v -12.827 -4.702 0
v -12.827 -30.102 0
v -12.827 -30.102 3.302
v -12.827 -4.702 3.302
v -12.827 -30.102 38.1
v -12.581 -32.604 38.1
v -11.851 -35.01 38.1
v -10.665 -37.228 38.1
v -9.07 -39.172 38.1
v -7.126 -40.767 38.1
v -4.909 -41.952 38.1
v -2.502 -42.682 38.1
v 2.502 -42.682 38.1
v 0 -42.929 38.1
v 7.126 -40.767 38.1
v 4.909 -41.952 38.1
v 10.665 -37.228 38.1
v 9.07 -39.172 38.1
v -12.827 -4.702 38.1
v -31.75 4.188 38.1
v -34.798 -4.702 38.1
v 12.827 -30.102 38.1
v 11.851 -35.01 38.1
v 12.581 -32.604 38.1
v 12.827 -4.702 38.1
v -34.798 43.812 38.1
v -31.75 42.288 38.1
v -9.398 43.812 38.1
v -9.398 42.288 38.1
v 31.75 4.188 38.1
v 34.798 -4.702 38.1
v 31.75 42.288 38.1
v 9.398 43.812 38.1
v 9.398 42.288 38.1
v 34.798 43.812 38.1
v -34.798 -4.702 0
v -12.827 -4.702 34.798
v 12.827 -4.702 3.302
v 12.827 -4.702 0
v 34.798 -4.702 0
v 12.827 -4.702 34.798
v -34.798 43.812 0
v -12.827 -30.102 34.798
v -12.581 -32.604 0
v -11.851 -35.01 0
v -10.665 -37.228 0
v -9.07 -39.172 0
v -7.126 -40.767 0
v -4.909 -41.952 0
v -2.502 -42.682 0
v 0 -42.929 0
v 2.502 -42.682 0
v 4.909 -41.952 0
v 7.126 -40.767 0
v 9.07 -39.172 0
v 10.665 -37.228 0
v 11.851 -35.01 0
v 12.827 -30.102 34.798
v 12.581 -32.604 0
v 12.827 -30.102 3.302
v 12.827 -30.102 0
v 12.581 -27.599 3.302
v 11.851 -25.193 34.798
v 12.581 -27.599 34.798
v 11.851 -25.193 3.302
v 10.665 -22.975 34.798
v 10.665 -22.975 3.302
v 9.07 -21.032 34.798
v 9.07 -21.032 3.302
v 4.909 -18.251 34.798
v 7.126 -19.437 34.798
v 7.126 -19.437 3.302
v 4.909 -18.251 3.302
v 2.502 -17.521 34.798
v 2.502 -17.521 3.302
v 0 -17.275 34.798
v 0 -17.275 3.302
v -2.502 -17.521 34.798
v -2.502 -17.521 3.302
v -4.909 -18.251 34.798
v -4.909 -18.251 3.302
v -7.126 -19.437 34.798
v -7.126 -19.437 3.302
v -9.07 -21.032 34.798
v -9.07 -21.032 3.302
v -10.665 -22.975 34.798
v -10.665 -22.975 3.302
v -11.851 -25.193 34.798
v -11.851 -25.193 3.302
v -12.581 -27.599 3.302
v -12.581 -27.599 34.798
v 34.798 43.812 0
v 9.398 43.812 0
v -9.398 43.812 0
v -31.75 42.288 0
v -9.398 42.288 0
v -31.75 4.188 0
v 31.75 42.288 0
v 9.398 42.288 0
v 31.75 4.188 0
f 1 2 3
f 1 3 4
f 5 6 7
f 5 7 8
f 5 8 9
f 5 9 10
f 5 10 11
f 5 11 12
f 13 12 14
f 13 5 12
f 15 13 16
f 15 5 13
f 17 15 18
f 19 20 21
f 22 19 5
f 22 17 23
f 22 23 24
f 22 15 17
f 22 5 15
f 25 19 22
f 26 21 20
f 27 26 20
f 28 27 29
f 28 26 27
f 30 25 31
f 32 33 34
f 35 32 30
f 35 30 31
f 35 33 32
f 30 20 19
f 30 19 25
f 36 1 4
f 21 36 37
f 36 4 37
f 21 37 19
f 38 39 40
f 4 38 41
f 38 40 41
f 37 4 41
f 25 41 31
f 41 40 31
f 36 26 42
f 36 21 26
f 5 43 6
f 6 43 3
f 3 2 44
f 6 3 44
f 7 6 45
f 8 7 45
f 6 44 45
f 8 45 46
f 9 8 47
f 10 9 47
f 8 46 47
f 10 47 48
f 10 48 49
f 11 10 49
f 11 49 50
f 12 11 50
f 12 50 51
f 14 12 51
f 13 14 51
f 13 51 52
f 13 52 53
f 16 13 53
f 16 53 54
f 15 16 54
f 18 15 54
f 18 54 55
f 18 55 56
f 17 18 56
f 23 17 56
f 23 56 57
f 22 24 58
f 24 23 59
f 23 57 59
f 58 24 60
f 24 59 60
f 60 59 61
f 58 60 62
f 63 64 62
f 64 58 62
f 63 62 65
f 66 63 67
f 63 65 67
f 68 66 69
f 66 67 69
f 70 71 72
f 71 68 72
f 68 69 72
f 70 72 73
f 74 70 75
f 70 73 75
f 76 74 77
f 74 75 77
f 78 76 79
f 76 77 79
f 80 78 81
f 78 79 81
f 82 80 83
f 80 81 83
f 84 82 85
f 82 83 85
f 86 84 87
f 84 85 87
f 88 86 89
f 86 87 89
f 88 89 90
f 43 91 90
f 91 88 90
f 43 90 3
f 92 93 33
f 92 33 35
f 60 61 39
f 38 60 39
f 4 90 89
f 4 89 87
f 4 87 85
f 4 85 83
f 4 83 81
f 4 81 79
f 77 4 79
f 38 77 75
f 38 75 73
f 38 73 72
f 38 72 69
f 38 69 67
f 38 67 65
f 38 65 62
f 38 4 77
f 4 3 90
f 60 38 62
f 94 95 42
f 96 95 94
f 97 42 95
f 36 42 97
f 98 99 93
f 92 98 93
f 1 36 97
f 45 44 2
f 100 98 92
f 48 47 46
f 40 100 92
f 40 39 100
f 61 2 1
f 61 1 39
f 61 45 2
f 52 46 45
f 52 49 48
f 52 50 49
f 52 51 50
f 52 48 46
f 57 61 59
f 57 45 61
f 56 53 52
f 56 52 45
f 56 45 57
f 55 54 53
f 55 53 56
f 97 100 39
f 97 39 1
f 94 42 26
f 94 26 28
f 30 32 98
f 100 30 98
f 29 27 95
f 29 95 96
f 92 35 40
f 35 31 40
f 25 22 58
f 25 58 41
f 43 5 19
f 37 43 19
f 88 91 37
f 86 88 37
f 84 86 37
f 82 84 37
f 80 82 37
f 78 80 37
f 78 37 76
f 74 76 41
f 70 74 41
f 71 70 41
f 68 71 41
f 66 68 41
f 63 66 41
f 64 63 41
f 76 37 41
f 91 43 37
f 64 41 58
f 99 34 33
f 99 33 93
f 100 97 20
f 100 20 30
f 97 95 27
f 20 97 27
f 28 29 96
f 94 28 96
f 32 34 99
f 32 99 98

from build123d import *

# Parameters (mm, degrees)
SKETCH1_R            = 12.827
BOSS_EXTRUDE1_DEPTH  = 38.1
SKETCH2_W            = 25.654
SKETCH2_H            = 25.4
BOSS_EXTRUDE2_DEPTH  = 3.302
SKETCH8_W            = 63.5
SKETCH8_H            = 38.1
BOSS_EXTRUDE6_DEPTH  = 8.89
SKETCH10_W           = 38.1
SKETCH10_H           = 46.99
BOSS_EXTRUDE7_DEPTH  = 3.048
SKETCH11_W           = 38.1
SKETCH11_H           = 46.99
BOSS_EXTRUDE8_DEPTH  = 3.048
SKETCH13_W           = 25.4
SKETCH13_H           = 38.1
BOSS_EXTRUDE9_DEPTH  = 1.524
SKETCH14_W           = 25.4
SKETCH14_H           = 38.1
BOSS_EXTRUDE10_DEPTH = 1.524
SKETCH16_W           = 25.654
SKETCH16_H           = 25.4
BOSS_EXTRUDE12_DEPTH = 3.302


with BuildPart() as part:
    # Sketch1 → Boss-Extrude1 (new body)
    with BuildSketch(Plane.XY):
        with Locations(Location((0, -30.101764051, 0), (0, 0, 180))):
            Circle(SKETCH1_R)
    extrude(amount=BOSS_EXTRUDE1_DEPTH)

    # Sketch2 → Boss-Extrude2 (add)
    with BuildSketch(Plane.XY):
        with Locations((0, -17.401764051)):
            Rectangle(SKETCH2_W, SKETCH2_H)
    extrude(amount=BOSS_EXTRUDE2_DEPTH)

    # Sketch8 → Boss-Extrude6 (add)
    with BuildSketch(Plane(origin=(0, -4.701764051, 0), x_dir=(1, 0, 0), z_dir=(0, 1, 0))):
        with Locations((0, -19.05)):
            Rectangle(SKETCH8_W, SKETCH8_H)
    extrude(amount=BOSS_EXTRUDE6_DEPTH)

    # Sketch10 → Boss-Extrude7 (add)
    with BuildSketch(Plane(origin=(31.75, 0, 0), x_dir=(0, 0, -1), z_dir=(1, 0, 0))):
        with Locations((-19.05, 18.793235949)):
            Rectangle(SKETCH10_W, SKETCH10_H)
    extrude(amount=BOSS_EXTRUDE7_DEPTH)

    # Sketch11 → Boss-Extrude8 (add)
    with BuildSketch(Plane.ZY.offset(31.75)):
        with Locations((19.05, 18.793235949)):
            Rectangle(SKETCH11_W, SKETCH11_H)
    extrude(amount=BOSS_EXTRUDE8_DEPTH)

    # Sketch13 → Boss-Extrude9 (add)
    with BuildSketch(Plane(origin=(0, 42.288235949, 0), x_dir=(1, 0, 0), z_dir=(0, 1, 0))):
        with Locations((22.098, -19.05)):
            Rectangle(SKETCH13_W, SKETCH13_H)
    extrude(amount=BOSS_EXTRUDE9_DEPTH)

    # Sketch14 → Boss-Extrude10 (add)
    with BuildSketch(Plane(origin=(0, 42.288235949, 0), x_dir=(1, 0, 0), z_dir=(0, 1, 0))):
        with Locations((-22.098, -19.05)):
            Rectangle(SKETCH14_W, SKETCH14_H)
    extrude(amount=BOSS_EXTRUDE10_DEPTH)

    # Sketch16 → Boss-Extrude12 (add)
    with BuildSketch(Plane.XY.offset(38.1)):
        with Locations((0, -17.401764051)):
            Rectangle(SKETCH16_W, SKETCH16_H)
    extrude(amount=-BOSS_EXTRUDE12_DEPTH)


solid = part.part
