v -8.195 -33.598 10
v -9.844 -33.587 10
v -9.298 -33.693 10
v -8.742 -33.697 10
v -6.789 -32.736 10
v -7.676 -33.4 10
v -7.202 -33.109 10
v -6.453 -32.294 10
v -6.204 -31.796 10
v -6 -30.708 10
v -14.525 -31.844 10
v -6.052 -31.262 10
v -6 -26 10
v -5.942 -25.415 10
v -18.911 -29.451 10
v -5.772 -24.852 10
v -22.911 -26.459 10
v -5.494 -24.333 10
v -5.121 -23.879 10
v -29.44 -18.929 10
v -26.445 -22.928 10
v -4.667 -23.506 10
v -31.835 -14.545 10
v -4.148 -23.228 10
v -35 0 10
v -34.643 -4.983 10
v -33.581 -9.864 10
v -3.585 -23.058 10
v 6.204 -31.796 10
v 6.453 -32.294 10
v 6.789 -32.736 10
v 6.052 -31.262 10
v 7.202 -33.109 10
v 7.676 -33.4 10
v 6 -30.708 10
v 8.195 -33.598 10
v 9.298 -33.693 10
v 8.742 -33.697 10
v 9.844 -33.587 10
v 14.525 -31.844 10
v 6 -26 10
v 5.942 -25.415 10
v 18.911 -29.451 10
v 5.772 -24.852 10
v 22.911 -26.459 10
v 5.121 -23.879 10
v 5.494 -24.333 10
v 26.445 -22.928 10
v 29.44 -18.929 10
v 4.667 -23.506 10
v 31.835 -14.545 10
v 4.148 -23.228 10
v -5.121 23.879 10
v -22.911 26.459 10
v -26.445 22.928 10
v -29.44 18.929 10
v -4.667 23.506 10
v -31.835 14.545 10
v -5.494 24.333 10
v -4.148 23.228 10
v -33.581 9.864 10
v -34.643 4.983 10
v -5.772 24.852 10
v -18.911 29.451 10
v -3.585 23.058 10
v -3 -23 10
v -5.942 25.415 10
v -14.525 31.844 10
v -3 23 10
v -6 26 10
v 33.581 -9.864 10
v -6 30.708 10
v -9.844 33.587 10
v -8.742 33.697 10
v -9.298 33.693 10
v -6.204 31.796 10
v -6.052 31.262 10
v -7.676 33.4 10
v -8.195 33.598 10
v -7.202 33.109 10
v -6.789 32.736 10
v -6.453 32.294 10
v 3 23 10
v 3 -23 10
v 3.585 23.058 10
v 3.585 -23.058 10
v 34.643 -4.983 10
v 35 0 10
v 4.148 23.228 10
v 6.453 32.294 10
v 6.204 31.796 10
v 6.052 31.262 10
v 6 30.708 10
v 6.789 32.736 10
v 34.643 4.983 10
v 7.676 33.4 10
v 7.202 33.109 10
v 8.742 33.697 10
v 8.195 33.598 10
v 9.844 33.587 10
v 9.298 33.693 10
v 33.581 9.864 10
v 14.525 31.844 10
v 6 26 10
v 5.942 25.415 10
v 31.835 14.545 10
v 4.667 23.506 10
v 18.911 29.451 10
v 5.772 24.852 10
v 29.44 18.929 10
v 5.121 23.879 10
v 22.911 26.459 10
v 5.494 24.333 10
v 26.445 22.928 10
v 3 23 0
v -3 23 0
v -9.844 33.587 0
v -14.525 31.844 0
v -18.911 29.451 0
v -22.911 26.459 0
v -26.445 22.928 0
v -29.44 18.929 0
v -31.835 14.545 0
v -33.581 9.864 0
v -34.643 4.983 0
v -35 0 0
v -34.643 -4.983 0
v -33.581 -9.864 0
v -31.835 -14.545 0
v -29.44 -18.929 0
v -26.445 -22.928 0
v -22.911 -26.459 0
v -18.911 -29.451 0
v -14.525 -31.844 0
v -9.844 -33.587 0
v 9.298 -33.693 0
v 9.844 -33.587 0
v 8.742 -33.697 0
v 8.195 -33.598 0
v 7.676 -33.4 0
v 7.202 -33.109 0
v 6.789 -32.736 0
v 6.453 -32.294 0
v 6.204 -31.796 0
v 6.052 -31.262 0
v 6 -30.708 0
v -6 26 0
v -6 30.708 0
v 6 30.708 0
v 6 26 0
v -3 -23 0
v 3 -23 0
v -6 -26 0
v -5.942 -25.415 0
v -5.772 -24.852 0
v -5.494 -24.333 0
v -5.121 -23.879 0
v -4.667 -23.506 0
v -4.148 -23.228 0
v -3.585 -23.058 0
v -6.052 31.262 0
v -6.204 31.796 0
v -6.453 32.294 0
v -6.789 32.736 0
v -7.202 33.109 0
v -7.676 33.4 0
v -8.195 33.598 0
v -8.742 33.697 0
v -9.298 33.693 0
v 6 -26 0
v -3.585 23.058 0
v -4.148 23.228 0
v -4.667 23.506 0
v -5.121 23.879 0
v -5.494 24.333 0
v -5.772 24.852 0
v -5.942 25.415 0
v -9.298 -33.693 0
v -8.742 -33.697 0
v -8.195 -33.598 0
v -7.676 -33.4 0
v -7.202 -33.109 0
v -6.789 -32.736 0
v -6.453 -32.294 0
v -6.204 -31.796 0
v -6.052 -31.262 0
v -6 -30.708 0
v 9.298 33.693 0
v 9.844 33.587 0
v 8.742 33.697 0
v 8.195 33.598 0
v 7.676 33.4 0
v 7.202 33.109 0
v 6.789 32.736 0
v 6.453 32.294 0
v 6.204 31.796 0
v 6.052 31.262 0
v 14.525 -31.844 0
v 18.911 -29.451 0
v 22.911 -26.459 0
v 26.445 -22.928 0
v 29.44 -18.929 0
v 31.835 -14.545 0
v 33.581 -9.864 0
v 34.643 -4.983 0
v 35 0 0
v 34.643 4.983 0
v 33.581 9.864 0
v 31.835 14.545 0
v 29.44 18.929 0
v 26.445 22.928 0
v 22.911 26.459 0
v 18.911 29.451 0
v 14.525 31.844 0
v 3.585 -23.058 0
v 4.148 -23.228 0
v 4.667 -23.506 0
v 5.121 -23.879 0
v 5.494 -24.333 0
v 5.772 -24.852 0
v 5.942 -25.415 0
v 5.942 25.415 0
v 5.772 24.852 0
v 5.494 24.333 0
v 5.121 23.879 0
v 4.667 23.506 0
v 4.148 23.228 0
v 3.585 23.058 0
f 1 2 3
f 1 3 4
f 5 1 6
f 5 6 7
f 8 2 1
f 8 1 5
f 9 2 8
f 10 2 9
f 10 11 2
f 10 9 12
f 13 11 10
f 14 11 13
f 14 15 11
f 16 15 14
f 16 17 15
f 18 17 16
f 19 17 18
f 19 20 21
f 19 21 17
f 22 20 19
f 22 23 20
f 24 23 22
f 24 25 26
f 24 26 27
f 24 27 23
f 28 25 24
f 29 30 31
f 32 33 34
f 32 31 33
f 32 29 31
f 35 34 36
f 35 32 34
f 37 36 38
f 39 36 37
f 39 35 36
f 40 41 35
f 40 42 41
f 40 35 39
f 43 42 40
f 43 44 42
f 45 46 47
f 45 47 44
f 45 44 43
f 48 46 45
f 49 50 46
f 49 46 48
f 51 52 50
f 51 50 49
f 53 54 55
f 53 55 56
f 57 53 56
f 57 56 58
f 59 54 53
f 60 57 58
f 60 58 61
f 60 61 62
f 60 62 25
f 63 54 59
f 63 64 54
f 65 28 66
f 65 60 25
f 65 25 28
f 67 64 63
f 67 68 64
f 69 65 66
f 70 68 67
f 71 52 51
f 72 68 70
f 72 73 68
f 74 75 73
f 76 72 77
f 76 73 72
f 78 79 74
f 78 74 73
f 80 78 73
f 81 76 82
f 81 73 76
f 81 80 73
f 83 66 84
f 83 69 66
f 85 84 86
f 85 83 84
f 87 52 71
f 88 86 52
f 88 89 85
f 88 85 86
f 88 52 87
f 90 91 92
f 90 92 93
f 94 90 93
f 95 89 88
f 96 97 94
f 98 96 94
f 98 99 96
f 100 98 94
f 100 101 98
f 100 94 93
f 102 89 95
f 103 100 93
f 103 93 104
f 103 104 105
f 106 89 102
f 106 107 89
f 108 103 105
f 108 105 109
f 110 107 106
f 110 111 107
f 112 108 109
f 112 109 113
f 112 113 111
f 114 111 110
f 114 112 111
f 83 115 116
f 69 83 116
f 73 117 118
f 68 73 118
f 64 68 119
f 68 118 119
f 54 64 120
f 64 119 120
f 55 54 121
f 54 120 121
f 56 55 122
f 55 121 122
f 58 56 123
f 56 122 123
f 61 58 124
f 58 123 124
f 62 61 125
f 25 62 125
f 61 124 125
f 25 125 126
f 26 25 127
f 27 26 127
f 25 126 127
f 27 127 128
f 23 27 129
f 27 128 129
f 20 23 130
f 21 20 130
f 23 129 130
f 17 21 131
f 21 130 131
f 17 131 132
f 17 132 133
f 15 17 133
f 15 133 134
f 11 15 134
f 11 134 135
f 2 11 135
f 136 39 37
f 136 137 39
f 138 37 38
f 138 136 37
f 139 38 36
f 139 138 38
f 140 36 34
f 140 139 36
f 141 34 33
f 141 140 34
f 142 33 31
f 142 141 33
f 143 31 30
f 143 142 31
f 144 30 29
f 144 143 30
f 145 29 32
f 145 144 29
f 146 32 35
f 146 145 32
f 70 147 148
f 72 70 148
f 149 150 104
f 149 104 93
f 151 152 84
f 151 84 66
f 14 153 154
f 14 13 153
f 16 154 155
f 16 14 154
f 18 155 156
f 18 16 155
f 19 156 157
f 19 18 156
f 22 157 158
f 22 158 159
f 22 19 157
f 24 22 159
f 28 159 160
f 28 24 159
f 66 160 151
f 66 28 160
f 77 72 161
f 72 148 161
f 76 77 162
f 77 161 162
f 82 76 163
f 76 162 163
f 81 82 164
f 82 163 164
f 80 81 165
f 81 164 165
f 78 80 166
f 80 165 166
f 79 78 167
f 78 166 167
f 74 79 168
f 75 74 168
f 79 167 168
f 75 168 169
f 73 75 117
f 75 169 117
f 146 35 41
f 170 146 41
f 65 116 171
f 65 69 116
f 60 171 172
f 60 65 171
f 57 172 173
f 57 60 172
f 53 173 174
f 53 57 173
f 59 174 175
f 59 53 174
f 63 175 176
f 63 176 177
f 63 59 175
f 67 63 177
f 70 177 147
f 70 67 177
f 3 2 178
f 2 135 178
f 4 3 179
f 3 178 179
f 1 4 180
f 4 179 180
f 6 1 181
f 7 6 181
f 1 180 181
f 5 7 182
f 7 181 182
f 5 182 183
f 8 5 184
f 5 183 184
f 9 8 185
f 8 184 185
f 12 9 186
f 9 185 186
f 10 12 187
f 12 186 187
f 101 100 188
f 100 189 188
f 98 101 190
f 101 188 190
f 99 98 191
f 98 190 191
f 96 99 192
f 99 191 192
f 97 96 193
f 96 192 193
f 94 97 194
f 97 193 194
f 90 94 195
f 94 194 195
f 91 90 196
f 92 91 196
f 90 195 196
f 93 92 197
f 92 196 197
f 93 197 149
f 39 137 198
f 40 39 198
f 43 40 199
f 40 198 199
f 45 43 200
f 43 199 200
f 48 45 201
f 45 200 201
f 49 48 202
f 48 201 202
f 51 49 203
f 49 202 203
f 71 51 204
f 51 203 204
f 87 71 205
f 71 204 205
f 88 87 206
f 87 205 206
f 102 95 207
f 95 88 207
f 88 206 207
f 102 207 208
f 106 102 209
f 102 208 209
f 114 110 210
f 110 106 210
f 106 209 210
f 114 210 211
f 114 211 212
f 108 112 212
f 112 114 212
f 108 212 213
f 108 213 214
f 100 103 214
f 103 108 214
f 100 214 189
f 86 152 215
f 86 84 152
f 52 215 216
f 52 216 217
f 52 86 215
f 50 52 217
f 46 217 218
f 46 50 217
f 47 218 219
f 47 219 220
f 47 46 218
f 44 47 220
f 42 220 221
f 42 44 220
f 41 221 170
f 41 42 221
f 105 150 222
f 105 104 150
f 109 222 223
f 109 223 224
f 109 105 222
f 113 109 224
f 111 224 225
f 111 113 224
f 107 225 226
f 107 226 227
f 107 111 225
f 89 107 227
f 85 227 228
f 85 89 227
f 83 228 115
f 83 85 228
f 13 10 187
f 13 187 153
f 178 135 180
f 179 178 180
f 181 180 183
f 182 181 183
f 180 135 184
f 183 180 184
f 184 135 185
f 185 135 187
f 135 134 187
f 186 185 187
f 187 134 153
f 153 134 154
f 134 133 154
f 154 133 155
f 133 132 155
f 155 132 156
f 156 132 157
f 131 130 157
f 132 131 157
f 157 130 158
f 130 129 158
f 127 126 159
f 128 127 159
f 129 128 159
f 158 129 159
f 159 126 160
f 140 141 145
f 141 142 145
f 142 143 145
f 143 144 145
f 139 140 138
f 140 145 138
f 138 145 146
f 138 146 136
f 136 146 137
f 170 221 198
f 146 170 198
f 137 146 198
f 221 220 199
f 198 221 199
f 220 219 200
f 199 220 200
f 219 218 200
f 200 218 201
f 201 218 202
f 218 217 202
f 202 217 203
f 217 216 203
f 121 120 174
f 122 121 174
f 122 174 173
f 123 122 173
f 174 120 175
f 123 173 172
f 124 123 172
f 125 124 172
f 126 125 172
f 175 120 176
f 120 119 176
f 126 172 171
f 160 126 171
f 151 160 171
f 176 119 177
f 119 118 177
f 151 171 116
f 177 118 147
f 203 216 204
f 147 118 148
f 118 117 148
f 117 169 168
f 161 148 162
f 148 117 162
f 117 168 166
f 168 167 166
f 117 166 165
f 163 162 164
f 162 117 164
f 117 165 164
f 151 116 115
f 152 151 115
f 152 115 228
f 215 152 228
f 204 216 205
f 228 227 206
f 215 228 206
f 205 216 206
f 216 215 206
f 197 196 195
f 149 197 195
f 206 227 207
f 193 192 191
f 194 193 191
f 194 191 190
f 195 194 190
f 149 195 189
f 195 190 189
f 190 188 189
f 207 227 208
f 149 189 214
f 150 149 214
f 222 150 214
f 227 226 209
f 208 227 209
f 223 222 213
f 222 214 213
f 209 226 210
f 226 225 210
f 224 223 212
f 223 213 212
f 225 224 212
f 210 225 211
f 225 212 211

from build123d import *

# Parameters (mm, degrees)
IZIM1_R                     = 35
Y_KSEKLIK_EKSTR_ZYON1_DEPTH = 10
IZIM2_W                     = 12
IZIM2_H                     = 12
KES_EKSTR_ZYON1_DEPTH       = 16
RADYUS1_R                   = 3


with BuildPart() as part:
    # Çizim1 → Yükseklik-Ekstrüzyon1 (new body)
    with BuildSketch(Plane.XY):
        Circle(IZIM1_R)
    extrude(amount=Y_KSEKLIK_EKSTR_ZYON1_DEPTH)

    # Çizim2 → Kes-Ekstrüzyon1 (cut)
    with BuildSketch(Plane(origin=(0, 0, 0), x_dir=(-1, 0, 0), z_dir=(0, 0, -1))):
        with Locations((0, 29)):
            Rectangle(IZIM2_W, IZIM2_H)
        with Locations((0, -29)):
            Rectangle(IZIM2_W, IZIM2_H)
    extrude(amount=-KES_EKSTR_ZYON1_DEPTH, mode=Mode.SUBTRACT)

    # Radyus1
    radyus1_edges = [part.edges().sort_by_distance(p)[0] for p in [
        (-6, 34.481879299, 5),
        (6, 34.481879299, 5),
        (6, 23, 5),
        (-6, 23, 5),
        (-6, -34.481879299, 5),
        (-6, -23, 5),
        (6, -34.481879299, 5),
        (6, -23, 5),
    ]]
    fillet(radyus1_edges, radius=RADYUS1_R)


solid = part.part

_Exercise objective_
Copy out precisely the lines from the line with "f 141 140 34" to the line with "f 180 135 184" in the material above, including those two lines and omitting all the rest.

_Exercise response_
f 141 140 34
f 142 33 31
f 142 141 33
f 143 31 30
f 143 142 31
f 144 30 29
f 144 143 30
f 145 29 32
f 145 144 29
f 146 32 35
f 146 145 32
f 70 147 148
f 72 70 148
f 149 150 104
f 149 104 93
f 151 152 84
f 151 84 66
f 14 153 154
f 14 13 153
f 16 154 155
f 16 14 154
f 18 155 156
f 18 16 155
f 19 156 157
f 19 18 156
f 22 157 158
f 22 158 159
f 22 19 157
f 24 22 159
f 28 159 160
f 28 24 159
f 66 160 151
f 66 28 160
f 77 72 161
f 72 148 161
f 76 77 162
f 77 161 162
f 82 76 163
f 76 162 163
f 81 82 164
f 82 163 164
f 80 81 165
f 81 164 165
f 78 80 166
f 80 165 166
f 79 78 167
f 78 166 167
f 74 79 168
f 75 74 168
f 79 167 168
f 75 168 169
f 73 75 117
f 75 169 117
f 146 35 41
f 170 146 41
f 65 116 171
f 65 69 116
f 60 171 172
f 60 65 171
f 57 172 173
f 57 60 172
f 53 173 174
f 53 57 173
f 59 174 175
f 59 53 174
f 63 175 176
f 63 176 177
f 63 59 175
f 67 63 177
f 70 177 147
f 70 67 177
f 3 2 178
f 2 135 178
f 4 3 179
f 3 178 179
f 1 4 180
f 4 179 180
f 6 1 181
f 7 6 181
f 1 180 181
f 5 7 182
f 7 181 182
f 5 182 183
f 8 5 184
f 5 183 184
f 9 8 185
f 8 184 185
f 12 9 186
f 9 185 186
f 10 12 187
f 12 186 187
f 101 100 188
f 100 189 188
f 98 101 190
f 101 188 190
f 99 98 191
f 98 190 191
f 96 99 192
f 99 191 192
f 97 96 193
f 96 192 193
f 94 97 194
f 97 193 194
f 90 94 195
f 94 194 195
f 91 90 196
f 92 91 196
f 90 195 196
f 93 92 197
f 92 196 197
f 93 197 149
f 39 137 198
f 40 39 198
f 43 40 199
f 40 198 199
f 45 43 200
f 43 199 200
f 48 45 201
f 45 200 201
f 49 48 202
f 48 201 202
f 51 49 203
f 49 202 203
f 71 51 204
f 51 203 204
f 87 71 205
f 71 204 205
f 88 87 206
f 87 205 206
f 102 95 207
f 95 88 207
f 88 206 207
f 102 207 208
f 106 102 209
f 102 208 209
f 114 110 210
f 110 106 210
f 106 209 210
f 114 210 211
f 114 211 212
f 108 112 212
f 112 114 212
f 108 212 213
f 108 213 214
f 100 103 214
f 103 108 214
f 100 214 189
f 86 152 215
f 86 84 152
f 52 215 216
f 52 216 217
f 52 86 215
f 50 52 217
f 46 217 218
f 46 50 217
f 47 218 219
f 47 219 220
f 47 46 218
f 44 47 220
f 42 220 221
f 42 44 220
f 41 221 170
f 41 42 221
f 105 150 222
f 105 104 150
f 109 222 223
f 109 223 224
f 109 105 222
f 113 109 224
f 111 224 225
f 111 113 224
f 107 225 226
f 107 226 227
f 107 111 225
f 89 107 227
f 85 227 228
f 85 89 227
f 83 228 115
f 83 85 228
f 13 10 187
f 13 187 153
f 178 135 180
f 179 178 180
f 181 180 183
f 182 181 183
f 180 135 184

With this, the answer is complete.